YOUR OBJECTIVE.
Return each line exactly as written. Begin with the first line of the entries and end with the line that has "solid = part.part".

DATASET EXTRACT.
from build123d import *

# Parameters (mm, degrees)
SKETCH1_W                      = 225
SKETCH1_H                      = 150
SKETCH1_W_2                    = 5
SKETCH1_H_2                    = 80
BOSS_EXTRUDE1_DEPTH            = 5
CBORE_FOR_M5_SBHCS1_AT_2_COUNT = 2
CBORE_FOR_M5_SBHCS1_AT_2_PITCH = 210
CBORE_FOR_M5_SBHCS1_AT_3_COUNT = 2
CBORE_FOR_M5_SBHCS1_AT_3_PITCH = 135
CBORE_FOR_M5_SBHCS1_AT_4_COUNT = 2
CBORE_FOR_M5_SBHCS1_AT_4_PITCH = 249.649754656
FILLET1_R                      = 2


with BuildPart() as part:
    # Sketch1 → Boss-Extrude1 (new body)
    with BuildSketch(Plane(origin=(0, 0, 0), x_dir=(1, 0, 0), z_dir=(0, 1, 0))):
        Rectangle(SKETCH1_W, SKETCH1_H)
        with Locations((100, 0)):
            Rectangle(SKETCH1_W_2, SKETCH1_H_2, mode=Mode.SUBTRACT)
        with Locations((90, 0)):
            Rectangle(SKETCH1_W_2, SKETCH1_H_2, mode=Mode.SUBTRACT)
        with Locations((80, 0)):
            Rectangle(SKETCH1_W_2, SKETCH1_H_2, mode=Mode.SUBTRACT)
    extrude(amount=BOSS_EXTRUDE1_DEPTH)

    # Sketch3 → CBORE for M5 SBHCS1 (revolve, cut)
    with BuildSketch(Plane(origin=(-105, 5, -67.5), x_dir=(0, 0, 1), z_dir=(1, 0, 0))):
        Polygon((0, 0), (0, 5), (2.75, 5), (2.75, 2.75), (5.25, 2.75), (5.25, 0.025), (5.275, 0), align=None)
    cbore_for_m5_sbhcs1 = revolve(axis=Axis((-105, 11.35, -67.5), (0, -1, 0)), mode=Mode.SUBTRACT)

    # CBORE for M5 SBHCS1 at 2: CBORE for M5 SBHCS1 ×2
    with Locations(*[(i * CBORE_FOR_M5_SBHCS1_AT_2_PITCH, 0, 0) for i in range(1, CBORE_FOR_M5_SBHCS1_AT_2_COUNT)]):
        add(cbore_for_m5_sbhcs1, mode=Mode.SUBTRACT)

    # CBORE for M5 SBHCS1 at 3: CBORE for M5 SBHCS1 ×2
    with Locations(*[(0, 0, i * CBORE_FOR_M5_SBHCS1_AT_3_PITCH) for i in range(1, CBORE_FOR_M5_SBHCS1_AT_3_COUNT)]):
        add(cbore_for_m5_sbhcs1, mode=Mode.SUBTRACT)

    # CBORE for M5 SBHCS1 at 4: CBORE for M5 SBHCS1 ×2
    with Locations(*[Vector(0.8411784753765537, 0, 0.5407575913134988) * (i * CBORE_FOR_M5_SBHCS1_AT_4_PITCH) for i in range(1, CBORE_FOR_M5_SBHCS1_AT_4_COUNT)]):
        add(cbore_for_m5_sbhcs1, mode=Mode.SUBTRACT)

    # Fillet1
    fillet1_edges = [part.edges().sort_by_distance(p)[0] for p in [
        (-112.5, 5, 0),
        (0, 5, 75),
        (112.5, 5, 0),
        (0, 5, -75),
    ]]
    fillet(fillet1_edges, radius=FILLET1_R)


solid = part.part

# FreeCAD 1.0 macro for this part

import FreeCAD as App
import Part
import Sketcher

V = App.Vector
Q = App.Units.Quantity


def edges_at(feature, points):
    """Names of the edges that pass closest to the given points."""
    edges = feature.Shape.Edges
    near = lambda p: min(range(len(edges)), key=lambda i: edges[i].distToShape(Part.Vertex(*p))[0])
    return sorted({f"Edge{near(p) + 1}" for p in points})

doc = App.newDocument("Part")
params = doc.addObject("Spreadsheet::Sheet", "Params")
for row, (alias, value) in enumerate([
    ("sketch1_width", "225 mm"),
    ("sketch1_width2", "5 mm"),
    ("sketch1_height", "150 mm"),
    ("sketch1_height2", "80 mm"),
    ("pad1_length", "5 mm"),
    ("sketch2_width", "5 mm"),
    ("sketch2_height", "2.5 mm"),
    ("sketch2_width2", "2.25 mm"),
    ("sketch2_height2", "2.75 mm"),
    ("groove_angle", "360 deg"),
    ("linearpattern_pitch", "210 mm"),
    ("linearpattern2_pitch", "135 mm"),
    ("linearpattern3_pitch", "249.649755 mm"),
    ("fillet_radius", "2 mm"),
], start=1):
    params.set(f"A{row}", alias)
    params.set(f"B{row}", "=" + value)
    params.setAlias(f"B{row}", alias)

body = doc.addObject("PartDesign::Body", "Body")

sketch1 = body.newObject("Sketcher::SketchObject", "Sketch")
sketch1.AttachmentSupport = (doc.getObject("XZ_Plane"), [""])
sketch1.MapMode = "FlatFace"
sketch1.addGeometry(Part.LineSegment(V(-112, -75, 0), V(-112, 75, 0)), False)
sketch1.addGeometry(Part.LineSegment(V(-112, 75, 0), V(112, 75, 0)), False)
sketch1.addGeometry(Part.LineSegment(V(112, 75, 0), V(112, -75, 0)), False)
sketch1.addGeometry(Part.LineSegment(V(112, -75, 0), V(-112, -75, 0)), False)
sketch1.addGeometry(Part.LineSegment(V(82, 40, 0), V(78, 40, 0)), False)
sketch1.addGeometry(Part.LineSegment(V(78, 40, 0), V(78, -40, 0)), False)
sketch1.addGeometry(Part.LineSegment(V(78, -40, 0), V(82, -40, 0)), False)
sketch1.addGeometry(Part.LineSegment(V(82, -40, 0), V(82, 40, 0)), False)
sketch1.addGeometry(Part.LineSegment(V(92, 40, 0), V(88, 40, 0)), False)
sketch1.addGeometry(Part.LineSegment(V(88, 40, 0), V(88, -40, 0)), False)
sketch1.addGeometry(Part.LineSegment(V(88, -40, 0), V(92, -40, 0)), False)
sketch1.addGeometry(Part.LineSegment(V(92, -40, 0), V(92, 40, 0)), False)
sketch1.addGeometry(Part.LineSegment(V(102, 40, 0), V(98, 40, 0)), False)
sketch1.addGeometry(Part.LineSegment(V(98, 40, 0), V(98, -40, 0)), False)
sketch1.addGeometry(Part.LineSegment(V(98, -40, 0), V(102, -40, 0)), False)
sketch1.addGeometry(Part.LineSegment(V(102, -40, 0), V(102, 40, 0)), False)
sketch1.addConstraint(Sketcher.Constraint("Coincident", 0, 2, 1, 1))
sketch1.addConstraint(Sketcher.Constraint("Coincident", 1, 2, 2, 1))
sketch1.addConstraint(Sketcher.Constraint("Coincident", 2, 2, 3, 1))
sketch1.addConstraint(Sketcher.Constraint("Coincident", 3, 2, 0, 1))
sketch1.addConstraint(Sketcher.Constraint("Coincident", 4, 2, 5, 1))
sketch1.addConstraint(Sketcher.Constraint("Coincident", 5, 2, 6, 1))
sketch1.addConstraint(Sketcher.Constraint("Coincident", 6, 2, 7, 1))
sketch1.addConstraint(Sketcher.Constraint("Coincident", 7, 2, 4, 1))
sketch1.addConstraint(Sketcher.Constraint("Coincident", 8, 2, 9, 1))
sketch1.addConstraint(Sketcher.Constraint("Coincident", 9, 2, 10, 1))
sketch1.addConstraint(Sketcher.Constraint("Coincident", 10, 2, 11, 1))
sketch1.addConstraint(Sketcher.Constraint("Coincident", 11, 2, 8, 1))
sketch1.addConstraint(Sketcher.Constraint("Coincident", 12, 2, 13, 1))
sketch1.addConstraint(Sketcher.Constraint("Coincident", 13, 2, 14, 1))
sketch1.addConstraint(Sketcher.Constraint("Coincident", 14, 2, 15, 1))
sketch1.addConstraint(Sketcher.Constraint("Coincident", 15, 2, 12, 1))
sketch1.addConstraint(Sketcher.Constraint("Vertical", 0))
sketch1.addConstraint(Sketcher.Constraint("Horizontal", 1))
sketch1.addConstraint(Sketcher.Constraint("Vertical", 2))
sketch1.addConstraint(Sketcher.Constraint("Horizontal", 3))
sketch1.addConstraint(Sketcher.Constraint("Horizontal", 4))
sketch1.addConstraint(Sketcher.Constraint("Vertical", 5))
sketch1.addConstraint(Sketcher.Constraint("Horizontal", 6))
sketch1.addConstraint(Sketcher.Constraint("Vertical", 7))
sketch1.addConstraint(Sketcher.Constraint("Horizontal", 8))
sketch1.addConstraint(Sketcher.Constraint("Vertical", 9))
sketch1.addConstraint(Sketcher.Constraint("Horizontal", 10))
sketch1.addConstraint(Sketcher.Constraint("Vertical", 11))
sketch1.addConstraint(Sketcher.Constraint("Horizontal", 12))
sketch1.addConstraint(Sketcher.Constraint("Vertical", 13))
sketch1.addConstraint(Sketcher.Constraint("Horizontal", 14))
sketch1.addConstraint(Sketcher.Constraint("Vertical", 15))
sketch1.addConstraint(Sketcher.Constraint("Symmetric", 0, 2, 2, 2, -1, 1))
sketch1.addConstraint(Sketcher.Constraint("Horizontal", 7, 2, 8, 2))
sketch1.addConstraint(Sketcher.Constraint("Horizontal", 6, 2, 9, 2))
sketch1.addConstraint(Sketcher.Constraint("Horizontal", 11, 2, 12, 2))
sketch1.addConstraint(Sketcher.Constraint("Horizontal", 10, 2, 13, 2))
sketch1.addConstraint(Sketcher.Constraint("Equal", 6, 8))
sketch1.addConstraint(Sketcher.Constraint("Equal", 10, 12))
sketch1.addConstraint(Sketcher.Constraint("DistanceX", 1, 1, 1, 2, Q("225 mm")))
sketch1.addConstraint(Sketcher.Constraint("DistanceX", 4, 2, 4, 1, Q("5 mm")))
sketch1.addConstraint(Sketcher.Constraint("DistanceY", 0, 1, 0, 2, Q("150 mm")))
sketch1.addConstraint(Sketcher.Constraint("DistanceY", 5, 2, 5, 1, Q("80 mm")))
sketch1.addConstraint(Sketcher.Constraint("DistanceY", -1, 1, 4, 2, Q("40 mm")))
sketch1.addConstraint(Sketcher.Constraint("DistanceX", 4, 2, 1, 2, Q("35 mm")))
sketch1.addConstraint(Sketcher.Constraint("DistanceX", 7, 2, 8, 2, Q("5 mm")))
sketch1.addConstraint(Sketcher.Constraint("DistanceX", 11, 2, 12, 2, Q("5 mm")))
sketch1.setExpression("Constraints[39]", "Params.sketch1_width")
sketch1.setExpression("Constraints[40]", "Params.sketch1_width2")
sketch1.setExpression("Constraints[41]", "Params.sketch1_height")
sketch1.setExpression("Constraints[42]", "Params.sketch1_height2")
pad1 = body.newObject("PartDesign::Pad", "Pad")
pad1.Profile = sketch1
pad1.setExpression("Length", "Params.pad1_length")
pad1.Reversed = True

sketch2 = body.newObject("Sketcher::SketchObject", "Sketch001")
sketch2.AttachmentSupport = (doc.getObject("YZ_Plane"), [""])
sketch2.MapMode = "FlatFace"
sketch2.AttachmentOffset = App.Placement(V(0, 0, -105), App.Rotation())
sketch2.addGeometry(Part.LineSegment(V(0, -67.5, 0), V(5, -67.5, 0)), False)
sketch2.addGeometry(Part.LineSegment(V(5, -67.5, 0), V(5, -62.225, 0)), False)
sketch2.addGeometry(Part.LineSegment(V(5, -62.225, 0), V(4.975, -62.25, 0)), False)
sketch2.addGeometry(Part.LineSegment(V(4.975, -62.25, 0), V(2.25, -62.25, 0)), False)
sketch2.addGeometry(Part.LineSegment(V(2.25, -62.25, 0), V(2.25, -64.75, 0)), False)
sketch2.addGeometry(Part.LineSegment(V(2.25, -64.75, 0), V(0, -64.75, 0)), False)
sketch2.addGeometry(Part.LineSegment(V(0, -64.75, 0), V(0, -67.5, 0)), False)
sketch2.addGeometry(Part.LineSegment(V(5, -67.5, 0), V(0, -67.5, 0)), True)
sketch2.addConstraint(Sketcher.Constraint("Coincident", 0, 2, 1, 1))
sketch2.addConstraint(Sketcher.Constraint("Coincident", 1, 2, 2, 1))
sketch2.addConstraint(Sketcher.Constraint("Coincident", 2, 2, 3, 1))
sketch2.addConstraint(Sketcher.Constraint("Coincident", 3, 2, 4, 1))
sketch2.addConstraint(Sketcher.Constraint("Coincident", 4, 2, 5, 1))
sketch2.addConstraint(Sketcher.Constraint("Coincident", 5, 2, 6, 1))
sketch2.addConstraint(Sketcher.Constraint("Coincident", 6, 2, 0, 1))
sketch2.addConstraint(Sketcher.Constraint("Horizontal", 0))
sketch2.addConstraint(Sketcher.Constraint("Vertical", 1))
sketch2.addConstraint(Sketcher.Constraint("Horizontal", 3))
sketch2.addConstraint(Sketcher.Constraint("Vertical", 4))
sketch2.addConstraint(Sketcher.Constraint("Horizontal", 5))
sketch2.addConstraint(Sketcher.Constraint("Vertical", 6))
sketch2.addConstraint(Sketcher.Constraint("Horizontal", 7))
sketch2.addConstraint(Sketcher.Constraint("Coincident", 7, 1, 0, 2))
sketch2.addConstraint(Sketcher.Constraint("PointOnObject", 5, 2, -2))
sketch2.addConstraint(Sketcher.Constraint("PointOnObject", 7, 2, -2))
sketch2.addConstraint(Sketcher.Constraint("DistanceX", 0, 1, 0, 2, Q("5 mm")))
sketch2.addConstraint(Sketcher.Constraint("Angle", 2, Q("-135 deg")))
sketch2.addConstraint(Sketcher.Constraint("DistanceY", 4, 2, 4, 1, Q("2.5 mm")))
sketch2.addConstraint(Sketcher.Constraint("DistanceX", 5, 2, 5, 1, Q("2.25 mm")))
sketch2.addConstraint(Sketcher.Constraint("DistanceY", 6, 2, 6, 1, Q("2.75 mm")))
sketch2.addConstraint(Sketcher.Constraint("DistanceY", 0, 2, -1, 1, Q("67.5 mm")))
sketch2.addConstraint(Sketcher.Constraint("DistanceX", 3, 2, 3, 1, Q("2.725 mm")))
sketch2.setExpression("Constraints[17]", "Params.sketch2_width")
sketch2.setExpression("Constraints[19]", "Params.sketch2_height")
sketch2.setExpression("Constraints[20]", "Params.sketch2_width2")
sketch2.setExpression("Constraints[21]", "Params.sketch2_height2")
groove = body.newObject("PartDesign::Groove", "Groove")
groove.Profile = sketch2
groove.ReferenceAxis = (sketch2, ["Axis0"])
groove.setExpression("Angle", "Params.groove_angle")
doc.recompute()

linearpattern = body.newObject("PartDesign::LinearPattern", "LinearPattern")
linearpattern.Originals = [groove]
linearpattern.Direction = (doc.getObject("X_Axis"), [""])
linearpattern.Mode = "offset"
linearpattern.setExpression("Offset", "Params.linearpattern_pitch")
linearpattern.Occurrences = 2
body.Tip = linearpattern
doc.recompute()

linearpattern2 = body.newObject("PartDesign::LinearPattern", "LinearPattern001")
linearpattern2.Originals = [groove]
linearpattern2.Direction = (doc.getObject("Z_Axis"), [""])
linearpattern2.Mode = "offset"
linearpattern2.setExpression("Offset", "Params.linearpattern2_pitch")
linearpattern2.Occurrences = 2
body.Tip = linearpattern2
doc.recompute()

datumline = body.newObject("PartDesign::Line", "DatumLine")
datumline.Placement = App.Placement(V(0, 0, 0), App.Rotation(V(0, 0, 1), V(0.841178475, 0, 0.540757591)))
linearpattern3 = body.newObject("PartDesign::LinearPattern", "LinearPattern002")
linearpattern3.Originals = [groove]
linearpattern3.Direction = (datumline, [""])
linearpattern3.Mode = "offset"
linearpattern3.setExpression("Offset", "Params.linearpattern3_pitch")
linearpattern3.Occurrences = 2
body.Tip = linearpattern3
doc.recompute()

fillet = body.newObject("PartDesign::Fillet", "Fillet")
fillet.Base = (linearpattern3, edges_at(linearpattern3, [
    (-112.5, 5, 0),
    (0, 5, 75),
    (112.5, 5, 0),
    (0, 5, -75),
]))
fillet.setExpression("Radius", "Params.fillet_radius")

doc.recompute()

YOUR RESPONSE.
from build123d import *

# Parameters (mm, degrees)
SKETCH1_W                      = 225
SKETCH1_H                      = 150
SKETCH1_W_2                    = 5
SKETCH1_H_2                    = 80
BOSS_EXTRUDE1_DEPTH            = 5
CBORE_FOR_M5_SBHCS1_AT_2_COUNT = 2
CBORE_FOR_M5_SBHCS1_AT_2_PITCH = 210
CBORE_FOR_M5_SBHCS1_AT_3_COUNT = 2
CBORE_FOR_M5_SBHCS1_AT_3_PITCH = 135
CBORE_FOR_M5_SBHCS1_AT_4_COUNT = 2
CBORE_FOR_M5_SBHCS1_AT_4_PITCH = 249.649754656
FILLET1_R                      = 2


with BuildPart() as part:
    # Sketch1 → Boss-Extrude1 (new body)
    with BuildSketch(Plane(origin=(0, 0, 0), x_dir=(1, 0, 0), z_dir=(0, 1, 0))):
        Rectangle(SKETCH1_W, SKETCH1_H)
        with Locations((100, 0)):
            Rectangle(SKETCH1_W_2, SKETCH1_H_2, mode=Mode.SUBTRACT)
        with Locations((90, 0)):
            Rectangle(SKETCH1_W_2, SKETCH1_H_2, mode=Mode.SUBTRACT)
        with Locations((80, 0)):
            Rectangle(SKETCH1_W_2, SKETCH1_H_2, mode=Mode.SUBTRACT)
    extrude(amount=BOSS_EXTRUDE1_DEPTH)

    # Sketch3 → CBORE for M5 SBHCS1 (revolve, cut)
    with BuildSketch(Plane(origin=(-105, 5, -67.5), x_dir=(0, 0, 1), z_dir=(1, 0, 0))):
        Polygon((0, 0), (0, 5), (2.75, 5), (2.75, 2.75), (5.25, 2.75), (5.25, 0.025), (5.275, 0), align=None)
    cbore_for_m5_sbhcs1 = revolve(axis=Axis((-105, 11.35, -67.5), (0, -1, 0)), mode=Mode.SUBTRACT)

    # CBORE for M5 SBHCS1 at 2: CBORE for M5 SBHCS1 ×2
    with Locations(*[(i * CBORE_FOR_M5_SBHCS1_AT_2_PITCH, 0, 0) for i in range(1, CBORE_FOR_M5_SBHCS1_AT_2_COUNT)]):
        add(cbore_for_m5_sbhcs1, mode=Mode.SUBTRACT)

    # CBORE for M5 SBHCS1 at 3: CBORE for M5 SBHCS1 ×2
    with Locations(*[(0, 0, i * CBORE_FOR_M5_SBHCS1_AT_3_PITCH) for i in range(1, CBORE_FOR_M5_SBHCS1_AT_3_COUNT)]):
        add(cbore_for_m5_sbhcs1, mode=Mode.SUBTRACT)

    # CBORE for M5 SBHCS1 at 4: CBORE for M5 SBHCS1 ×2
    with Locations(*[Vector(0.8411784753765537, 0, 0.5407575913134988) * (i * CBORE_FOR_M5_SBHCS1_AT_4_PITCH) for i in range(1, CBORE_FOR_M5_SBHCS1_AT_4_COUNT)]):
        add(cbore_for_m5_sbhcs1, mode=Mode.SUBTRACT)

    # Fillet1
    fillet1_edges = [part.edges().sort_by_distance(p)[0] for p in [
        (-112.5, 5, 0),
        (0, 5, 75),
        (112.5, 5, 0),
        (0, 5, -75),
    ]]
    fillet(fillet1_edges, radius=FILLET1_R)


solid = part.part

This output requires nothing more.